What is being asked:
Only one stretch of the records below is wanted: the lines from the one holding "v 77.701 13.626 0" through the one holding "v -51.766 6.353 0". Return it exactly, both ends included.

Given information:

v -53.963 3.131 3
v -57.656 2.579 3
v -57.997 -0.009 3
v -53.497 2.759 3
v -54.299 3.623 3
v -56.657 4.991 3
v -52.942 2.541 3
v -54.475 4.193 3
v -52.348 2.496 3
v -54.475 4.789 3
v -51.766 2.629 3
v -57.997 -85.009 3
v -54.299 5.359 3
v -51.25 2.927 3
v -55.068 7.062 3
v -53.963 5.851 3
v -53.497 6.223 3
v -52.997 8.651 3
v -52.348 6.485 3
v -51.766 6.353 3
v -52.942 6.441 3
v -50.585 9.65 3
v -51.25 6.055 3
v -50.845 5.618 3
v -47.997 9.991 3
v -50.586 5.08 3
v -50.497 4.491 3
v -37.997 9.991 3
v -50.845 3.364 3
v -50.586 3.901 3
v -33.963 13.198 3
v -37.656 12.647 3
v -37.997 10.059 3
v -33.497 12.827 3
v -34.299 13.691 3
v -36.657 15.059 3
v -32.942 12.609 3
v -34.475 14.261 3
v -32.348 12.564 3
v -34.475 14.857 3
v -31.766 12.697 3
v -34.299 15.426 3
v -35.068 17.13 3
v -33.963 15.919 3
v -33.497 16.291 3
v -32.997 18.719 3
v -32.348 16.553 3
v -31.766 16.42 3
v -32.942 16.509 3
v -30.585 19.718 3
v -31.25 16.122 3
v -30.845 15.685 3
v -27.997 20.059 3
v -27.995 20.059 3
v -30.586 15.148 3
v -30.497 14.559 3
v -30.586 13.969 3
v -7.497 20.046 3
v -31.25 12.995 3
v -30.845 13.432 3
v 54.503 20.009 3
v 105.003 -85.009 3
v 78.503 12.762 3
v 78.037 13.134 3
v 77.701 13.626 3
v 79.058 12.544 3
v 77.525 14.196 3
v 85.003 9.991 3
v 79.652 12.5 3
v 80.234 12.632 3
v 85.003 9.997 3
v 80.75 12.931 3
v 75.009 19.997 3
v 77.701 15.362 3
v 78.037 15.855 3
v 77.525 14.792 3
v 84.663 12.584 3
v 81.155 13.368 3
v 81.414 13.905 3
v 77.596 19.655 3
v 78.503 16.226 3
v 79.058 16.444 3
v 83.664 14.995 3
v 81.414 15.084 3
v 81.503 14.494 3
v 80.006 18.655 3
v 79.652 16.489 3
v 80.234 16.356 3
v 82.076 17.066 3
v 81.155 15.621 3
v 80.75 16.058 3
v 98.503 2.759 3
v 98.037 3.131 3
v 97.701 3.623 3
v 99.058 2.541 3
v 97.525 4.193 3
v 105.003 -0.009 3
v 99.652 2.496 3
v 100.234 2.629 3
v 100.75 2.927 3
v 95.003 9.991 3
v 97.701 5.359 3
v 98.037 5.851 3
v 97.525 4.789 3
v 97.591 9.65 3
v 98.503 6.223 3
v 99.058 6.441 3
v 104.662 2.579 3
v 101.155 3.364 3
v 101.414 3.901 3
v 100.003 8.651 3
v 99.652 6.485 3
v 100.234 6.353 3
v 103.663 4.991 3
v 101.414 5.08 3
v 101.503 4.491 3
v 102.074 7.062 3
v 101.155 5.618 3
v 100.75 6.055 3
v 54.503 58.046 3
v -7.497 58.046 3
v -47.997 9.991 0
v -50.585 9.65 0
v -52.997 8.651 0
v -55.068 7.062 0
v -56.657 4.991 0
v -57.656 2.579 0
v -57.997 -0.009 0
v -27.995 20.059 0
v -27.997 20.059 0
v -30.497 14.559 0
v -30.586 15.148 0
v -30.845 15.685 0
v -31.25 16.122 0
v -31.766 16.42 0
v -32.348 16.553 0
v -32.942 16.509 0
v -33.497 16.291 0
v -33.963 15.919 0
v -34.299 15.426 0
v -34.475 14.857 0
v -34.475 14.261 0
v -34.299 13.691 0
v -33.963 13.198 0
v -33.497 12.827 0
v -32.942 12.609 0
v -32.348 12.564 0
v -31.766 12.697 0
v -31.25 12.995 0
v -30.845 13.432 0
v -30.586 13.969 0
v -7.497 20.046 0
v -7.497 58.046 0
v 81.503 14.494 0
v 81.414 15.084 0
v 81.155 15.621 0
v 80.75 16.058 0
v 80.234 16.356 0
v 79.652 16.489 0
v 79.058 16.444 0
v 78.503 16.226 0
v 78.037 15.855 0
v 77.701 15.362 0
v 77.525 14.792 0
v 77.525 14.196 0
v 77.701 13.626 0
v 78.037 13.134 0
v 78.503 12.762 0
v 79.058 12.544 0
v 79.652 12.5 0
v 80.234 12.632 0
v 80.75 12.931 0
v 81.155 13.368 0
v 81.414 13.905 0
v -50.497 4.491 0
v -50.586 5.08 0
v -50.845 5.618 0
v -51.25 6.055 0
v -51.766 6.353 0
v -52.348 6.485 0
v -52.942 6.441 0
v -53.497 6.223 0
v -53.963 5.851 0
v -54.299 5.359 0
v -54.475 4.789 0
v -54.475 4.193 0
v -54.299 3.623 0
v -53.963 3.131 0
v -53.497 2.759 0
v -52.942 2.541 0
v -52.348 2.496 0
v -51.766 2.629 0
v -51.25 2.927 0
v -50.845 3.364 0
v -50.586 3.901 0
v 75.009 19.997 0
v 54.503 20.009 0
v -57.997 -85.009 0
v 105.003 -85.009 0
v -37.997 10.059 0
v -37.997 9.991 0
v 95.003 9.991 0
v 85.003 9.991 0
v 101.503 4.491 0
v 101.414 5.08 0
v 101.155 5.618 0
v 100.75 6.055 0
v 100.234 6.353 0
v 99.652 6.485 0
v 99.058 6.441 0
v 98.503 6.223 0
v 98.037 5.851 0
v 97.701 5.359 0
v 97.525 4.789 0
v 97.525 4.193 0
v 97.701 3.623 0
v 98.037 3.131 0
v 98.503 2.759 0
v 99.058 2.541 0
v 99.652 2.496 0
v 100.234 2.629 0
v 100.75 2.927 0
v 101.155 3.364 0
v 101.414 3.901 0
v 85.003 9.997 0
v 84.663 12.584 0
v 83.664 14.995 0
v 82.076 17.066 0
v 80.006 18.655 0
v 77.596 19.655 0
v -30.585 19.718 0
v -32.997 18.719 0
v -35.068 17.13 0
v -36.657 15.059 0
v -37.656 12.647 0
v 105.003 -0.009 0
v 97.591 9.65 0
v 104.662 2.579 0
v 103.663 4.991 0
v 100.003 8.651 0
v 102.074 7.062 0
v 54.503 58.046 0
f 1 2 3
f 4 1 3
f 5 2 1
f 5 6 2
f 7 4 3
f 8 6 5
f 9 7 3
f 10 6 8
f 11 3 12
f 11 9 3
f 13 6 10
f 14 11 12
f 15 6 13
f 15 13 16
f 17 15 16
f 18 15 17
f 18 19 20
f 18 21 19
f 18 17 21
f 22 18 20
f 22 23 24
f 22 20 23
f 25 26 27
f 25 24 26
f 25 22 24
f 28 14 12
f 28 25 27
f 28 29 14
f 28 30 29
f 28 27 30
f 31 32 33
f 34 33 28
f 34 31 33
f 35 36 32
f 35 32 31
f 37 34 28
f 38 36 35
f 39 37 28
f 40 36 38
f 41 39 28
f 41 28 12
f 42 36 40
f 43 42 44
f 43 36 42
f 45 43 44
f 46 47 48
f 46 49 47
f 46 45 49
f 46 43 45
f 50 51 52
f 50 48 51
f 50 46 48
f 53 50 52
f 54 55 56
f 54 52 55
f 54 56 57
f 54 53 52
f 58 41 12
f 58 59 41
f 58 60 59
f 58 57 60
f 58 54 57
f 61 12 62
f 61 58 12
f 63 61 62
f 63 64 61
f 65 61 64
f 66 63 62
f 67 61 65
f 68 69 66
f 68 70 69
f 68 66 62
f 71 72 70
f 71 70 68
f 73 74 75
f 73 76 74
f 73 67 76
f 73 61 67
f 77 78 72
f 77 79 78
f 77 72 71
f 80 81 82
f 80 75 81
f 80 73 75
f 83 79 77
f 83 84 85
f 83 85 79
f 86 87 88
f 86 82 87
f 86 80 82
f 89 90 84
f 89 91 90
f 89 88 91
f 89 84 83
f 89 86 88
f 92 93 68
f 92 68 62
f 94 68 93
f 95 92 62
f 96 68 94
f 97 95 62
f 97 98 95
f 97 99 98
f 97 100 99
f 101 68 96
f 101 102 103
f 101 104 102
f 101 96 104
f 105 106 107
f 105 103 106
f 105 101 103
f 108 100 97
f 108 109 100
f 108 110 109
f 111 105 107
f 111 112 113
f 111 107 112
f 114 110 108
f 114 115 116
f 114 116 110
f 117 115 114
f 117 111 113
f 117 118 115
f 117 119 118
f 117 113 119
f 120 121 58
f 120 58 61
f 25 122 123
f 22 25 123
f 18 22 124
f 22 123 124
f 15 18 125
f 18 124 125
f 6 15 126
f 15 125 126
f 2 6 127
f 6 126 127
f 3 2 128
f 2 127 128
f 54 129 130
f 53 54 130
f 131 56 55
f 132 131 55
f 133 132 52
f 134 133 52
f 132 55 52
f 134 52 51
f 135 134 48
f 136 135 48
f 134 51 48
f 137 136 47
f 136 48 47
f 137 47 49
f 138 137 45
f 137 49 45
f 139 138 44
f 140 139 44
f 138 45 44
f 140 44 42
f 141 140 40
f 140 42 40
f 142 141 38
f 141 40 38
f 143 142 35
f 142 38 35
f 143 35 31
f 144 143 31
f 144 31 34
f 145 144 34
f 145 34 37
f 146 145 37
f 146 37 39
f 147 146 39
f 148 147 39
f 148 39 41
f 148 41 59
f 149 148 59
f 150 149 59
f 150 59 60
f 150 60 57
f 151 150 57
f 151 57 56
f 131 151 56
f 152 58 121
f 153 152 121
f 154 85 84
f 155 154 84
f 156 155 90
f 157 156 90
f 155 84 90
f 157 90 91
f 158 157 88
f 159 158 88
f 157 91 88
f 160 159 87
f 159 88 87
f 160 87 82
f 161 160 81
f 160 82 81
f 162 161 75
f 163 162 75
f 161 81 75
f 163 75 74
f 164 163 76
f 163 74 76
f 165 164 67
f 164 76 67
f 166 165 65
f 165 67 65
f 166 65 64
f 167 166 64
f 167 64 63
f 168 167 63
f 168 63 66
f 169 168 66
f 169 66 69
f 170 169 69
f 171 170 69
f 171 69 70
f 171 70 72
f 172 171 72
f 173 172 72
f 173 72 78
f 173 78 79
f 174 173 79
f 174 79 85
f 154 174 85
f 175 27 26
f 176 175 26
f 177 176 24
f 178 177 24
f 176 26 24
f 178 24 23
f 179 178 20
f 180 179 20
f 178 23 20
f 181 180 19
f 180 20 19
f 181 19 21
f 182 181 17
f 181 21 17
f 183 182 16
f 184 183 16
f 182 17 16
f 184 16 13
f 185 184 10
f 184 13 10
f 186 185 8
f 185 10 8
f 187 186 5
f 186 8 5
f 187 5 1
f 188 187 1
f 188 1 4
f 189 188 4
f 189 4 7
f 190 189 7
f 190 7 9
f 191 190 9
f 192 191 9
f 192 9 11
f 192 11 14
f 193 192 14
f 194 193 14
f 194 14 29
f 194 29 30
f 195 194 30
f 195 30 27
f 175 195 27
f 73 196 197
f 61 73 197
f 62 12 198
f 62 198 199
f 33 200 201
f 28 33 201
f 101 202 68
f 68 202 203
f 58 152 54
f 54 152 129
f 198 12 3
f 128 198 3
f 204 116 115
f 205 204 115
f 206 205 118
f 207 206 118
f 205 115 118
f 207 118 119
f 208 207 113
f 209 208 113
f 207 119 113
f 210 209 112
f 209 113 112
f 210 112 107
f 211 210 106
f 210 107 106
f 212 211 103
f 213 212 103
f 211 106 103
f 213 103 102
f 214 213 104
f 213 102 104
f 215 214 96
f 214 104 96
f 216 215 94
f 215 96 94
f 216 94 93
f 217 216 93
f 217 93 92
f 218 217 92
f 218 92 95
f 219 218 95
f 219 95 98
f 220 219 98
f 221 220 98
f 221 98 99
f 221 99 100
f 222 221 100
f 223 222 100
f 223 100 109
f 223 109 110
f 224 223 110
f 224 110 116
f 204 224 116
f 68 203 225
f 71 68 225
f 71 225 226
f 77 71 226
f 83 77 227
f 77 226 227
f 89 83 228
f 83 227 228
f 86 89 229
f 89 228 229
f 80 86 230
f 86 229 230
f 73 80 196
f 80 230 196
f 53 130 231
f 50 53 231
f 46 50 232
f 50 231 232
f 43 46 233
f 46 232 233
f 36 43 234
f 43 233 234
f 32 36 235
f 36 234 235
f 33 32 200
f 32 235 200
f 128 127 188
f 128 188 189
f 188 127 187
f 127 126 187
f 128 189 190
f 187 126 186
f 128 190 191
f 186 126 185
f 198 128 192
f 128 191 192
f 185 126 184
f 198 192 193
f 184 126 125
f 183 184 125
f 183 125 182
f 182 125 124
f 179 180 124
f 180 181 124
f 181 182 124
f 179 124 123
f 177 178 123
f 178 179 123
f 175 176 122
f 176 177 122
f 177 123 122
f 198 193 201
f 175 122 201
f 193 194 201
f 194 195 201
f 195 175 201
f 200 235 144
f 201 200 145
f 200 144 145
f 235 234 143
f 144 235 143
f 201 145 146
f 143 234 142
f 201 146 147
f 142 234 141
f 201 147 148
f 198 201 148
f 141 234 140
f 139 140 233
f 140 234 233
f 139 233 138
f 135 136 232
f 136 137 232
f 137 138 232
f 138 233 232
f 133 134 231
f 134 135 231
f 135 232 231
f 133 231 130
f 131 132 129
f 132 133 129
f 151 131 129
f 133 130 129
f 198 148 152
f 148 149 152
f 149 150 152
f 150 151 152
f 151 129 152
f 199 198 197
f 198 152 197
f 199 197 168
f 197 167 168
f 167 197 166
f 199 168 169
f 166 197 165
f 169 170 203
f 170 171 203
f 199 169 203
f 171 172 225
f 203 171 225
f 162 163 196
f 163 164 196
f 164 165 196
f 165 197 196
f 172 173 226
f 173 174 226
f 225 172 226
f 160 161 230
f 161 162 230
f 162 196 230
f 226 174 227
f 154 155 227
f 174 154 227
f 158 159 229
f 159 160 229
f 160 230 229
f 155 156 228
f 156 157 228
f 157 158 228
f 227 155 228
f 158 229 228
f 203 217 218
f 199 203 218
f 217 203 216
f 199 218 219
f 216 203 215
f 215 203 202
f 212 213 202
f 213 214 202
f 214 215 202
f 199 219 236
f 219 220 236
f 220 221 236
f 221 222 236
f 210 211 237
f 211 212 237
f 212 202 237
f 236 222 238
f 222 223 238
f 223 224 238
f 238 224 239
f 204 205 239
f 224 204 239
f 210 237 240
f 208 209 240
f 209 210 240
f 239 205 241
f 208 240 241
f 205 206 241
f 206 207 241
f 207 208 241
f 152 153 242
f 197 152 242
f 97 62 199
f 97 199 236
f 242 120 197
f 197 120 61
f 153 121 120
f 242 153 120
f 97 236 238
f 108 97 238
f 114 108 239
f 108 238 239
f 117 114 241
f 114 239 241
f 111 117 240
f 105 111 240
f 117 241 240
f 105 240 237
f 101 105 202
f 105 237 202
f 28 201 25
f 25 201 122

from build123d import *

# Parameters (mm, degrees)
BOSS_EXTRU_1_DEPTH      = 3
ESQUISSE4_R             = 2
ENL_V_MAT_EXTRU_1_DEPTH = 10
BOSS_EXTRU_2_DEPTH      = 3
ESQUISSE6_W             = 163
ESQUISSE6_H             = 80
BOSS_EXTRU_3_DEPTH      = 3


with BuildPart() as part:
    # Esquisse2 → Boss.-Extru.1 (new body)
    with BuildSketch(Plane.XY):
        with BuildLine():
            Line((-57.997011135, -5.009122385), (105.002988865, -5.009122385))
            Line((105.002988865, -5.009122385), (105.002988865, -0.009122385))
            ThreePointArc((105.002988865, -0.009122385), (102.074056676, 7.061945427), (95.002988865, 9.990877615))
            Line((95.002988865, 9.990877615), (85.002988865, 9.990877615))
            Line((85.002988865, 9.990877615), (85.002988865, 9.996878601))
            ThreePointArc((85.002988865, 9.996878601), (82.076178664, 17.065823789), (75.008991651, 19.9968768))
            Line((75.008991651, 19.9968768), (-27.995184752, 20.058708021))
            Line((-27.995184752, 20.058708021), (-27.997011135, 20.058708021))
            ThreePointArc((-27.997011135, 20.058708021), (-35.068078947, 17.129775833), (-37.997011135, 10.058708021))
            Line((-37.997011135, 10.058708021), (-37.997011135, 9.990877615))
            Line((-37.997011135, 9.990877615), (-47.997011135, 9.990877615))
            ThreePointArc((-47.997011135, 9.990877615), (-55.068078947, 7.061945427), (-57.997011135, -0.009122385))
            Line((-57.997011135, -0.009122385), (-57.997011135, -5.009122385))
        make_face()
    extrude(amount=BOSS_EXTRU_1_DEPTH)

    # Esquisse4 → Enlèv. mat.-Extru.1 (cut)
    with BuildSketch(Plane.XY.offset(3)):
        with Locations((-32.497011135, 14.558708021)):
            Circle(ESQUISSE4_R)
        with Locations((79.502988865, 14.494178158)):
            Circle(ESQUISSE4_R)
        with Locations((99.502988865, 4.490877615)):
            Circle(ESQUISSE4_R)
        with Locations((-52.497011135, 4.490877615)):
            Circle(ESQUISSE4_R)
    extrude(amount=-ENL_V_MAT_EXTRU_1_DEPTH, mode=Mode.SUBTRACT)

    # Esquisse5 → Boss.-Extru.2 (add)
    with BuildSketch(Plane.XY.offset(3)):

Response:
v 77.701 13.626 0
v 78.037 13.134 0
v 78.503 12.762 0
v 79.058 12.544 0
v 79.652 12.5 0
v 80.234 12.632 0
v 80.75 12.931 0
v 81.155 13.368 0
v 81.414 13.905 0
v -50.497 4.491 0
v -50.586 5.08 0
v -50.845 5.618 0
v -51.25 6.055 0
v -51.766 6.353 0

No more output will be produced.